I’ve collected prints, from etchings to engravings and woodcuts to lithographs, since I was a schoolboy. I always look at them when I’m out buying, not that I need any more, but – you know, just in case. Browsing the excellent Risby Barns antiques centres near Bury, I chanced upon this charming, chunkily framed portrait etching. The etching is tiny, being only 3.5cm in diameter. I rather liked this grand looking Georgian peering out at me from across the centuries.
The back was covered with aged and glue-stained pasted paper, with a roughly cut label reading ‘Mr Nathaniel Hillier‘. Who was he? A bit of judicious searching online revealed that Nathaniel Hillier (1707-83) was a Georgian collector of, and dealer in, prints and drawings. According to a record in the British Museum, his catalogue stated that all his prints and drawings were “mounted on double or triple cartoons, ruled with lines, washt to the tint of the drawing, and gilt with the finest gold.” Impressive!
However, a book called ‘Book For A Rainy Day Or Recollections of the Events of the Years 1766-1833‘ written by John Thomas Smith in 1905 states that his prints “…were well selected as to impression, but much deteriorated in value by Mr. Hillier’s attachment to strong coffee, with which he had stained them. It has been acknowledged by one of the family that, what with the expense of staining, mounting, and ruling, his collection only brought them one-fifth of the cost of the prints in the first instance.” Not so impressive! But, staining works on paper with coffee wasn’t an uncommon practise at the time.
Smith continued “Mr. Hillier, I believe, was of the same family as the late Nathaniel Hillier of Stoke, near Guildford, one of whose daughters married Colonel Onslow. He was a most extensive collector of engravings, and his cabinets contained numerous rarities, but he spoiled all his prints by staining them with coffee, to produce, as he thought, a mellow tint, but by which process he not only deprived most of them of their pristine brilliancy, but rendered their sale considerably less productive.” A good family, but not such a good dealer! After his death in 1783, Hillier’s stock and collection were sold by Christie’s, but I can’t find any reports on how they did.
Smith also goes on to state that “The earliest engraved portraits of Dr. Johnson exhibit a wig with five rows of curls, commonly called “a story wig.” Among the old dandies of this description of wig we may class …. So was that worn by Mr. Nathaniel Hillier, an extensive print-collector, as is represented in an engraved portrait of that gentleman.” So my engraving is known. And he was considered a dandy! I also found that an example was sold as part of lot 465 from the collection of the Late Mark Mastermind Sykes, at S. Sotheby on 24th June 1824.

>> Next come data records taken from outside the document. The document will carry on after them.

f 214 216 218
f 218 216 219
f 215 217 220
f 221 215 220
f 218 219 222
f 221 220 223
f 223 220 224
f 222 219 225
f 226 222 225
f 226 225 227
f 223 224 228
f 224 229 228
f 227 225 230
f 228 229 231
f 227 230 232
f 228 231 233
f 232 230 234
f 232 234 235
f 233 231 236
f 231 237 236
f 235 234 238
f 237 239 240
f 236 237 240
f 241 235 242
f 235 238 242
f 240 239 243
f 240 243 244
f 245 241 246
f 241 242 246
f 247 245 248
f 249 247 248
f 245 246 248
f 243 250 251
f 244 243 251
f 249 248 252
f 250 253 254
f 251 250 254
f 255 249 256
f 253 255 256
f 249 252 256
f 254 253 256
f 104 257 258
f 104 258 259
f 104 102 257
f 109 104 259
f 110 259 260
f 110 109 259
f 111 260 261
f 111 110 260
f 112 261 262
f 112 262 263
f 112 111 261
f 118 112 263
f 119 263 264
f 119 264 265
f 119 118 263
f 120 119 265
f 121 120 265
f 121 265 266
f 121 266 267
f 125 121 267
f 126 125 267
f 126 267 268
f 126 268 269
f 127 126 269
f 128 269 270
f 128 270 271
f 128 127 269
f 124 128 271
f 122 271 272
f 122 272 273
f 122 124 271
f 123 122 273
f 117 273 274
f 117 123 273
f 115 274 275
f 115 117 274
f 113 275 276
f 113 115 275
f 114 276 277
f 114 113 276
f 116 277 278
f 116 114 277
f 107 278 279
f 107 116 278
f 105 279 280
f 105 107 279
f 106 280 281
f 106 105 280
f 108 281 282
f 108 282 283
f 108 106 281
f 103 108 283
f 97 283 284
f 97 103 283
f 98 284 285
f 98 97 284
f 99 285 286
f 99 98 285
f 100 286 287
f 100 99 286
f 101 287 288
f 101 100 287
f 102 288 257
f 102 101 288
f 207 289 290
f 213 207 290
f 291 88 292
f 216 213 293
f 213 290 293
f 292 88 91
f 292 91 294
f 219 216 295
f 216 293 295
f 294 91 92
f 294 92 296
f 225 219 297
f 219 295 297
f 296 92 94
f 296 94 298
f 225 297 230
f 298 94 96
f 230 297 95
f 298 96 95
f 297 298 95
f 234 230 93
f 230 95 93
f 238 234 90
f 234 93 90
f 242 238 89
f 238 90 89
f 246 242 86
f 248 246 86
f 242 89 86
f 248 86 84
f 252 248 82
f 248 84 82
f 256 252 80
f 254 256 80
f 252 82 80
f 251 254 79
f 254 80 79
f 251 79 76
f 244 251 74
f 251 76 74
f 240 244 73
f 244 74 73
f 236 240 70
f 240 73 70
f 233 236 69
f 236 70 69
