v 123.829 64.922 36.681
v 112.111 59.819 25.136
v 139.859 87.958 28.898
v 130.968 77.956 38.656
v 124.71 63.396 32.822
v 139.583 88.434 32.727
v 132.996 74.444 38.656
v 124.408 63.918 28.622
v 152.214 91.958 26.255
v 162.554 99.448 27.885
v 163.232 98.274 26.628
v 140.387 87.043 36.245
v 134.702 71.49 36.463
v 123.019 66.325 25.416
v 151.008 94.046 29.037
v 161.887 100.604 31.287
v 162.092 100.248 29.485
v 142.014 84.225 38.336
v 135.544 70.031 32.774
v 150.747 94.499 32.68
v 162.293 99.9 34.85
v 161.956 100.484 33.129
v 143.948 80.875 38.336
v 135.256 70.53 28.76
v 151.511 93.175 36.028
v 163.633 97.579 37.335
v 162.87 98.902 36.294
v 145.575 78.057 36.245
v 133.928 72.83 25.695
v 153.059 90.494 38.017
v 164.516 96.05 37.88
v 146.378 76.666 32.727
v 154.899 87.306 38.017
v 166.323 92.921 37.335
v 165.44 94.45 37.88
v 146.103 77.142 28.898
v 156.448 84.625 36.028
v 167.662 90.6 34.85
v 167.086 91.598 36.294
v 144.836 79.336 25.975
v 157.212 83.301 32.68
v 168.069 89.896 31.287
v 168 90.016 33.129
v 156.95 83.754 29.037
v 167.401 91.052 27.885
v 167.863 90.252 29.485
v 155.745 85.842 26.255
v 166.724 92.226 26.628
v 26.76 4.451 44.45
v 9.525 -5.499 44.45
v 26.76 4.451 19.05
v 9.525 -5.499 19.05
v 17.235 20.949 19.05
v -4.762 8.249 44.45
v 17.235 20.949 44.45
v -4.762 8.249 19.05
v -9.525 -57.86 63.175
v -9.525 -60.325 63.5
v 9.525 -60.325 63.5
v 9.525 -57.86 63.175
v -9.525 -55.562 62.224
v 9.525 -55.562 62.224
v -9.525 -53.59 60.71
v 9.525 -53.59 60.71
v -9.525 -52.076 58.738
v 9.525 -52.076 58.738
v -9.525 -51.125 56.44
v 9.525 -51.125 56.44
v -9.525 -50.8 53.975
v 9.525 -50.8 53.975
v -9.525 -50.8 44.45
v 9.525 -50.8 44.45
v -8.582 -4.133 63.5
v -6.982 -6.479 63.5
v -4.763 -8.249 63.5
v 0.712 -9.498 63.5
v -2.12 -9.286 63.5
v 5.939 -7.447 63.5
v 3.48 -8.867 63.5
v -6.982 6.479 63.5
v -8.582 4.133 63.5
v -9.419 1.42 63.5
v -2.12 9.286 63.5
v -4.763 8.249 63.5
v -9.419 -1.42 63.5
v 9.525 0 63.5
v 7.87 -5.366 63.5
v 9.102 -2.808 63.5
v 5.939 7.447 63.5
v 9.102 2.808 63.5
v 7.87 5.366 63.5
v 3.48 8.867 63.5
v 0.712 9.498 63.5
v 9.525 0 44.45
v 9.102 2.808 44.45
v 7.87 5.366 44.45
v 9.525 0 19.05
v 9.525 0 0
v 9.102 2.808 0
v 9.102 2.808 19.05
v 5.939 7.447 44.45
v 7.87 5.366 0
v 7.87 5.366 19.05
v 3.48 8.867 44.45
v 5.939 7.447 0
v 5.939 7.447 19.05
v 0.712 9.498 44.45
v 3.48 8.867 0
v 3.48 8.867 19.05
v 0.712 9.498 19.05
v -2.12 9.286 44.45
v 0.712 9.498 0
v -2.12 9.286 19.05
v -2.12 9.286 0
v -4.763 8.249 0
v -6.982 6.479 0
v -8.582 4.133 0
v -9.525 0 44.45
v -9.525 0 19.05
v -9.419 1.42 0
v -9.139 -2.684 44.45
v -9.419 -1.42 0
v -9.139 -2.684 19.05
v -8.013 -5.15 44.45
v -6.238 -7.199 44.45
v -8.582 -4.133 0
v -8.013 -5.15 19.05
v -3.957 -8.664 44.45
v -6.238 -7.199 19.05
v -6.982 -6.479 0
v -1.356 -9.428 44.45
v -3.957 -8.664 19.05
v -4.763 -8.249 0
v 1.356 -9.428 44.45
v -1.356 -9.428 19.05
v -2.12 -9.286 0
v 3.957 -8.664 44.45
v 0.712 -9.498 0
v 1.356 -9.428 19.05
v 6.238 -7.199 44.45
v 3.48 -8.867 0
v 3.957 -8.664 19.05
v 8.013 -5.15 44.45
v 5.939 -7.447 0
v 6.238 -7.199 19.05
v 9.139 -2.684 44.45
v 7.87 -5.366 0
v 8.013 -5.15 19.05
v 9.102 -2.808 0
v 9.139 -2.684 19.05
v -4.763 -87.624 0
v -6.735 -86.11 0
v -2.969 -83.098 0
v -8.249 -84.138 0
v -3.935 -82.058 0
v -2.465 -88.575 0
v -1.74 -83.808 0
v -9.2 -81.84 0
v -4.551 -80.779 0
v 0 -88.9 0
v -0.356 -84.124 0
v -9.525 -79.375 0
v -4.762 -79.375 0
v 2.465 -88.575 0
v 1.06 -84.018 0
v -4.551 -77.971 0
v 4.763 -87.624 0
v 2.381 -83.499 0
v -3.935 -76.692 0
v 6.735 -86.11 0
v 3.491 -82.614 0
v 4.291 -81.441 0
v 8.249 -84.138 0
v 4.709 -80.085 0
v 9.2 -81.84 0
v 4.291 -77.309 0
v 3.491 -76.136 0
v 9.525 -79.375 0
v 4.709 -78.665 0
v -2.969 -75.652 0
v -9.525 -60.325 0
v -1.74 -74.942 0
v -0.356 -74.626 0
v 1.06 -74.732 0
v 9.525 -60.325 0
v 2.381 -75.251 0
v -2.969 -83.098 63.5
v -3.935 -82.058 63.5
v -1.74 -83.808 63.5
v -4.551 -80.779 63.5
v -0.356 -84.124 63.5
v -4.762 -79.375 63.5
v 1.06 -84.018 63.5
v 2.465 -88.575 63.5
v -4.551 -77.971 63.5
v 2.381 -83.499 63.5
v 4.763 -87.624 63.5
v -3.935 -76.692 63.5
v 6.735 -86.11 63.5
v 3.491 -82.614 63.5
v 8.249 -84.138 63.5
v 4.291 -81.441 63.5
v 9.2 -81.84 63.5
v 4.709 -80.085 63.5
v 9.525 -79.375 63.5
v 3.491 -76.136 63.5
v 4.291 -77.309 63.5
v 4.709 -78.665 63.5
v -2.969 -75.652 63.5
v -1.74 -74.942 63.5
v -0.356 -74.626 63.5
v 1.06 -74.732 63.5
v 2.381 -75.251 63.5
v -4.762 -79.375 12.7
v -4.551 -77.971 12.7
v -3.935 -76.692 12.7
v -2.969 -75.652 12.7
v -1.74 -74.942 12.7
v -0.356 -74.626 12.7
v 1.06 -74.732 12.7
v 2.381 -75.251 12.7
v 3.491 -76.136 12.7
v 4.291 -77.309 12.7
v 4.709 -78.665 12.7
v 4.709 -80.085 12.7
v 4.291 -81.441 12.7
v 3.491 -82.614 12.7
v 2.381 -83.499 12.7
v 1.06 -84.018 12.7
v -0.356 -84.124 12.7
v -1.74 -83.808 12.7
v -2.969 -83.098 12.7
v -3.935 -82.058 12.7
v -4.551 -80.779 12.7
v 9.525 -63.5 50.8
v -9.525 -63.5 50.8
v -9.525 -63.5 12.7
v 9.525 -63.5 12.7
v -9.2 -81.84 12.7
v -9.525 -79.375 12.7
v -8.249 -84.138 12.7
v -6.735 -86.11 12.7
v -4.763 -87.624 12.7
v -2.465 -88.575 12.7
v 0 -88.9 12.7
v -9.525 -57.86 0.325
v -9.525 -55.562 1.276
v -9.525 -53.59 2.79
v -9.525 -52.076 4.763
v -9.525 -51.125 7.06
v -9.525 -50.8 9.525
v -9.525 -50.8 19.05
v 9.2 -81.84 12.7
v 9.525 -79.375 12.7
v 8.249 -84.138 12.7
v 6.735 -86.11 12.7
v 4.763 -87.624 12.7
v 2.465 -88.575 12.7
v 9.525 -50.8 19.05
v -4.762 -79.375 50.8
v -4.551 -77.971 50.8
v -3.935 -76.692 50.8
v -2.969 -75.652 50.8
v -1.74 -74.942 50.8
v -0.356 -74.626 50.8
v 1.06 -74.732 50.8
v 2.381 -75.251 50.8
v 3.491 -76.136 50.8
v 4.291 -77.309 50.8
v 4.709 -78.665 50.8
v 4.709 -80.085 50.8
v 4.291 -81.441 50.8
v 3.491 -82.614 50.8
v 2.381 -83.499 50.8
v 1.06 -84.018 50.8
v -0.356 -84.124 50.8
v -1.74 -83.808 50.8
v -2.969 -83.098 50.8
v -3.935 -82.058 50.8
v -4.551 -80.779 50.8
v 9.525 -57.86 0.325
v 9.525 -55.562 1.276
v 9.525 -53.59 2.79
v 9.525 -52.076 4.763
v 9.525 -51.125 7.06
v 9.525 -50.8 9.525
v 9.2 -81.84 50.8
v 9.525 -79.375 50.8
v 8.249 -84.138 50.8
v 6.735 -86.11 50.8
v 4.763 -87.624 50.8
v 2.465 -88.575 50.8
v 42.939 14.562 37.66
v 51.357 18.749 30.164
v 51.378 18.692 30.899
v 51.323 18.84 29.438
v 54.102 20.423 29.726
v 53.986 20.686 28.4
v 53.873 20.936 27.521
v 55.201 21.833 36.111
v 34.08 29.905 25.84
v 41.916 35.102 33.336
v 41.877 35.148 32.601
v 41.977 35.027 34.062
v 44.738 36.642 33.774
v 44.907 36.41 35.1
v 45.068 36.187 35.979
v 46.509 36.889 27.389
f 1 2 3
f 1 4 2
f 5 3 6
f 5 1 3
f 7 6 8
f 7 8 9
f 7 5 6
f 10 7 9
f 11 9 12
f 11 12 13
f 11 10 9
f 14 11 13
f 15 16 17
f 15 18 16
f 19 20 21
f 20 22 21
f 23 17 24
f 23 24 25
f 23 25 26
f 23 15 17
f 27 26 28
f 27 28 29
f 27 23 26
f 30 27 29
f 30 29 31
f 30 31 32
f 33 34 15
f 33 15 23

So on to the etching itself. The British Museum holds the only other copy I can find and the image of it online shows that the portrait roundel was above the name on a sheet of paper measuring roughly 15cm by 10cm. So my example had been cut down before being framed. It was engraved and printed in 1784 by Thomas Trotter (1756-1803), a painter and printmaker who attended the Royal Academy Schools from 1779. He studied under the visionary artist William Blake and became notable in his day for his engravings of paintings by Sir Joshua Reynolds. He also left behind 71 portraits that we know about.
It may be ‘cut down’ (a big no-no in the print world) and mottled and stained by over two centuries of time, but my etching is almost certainly extremely rare. I can’t believe that, given the subject matter and his reputation, many were printed – let alone kept. I love how it is framed, almost in an ‘in memoriam’ manner. I also love this little peek into the ‘expertise’ (or foolhardiness, perhaps?) and business of a Georgian print dealer. I shall now hang him on a wall opposite part of my print collection, so that he can see them. I wonder what he would have thought?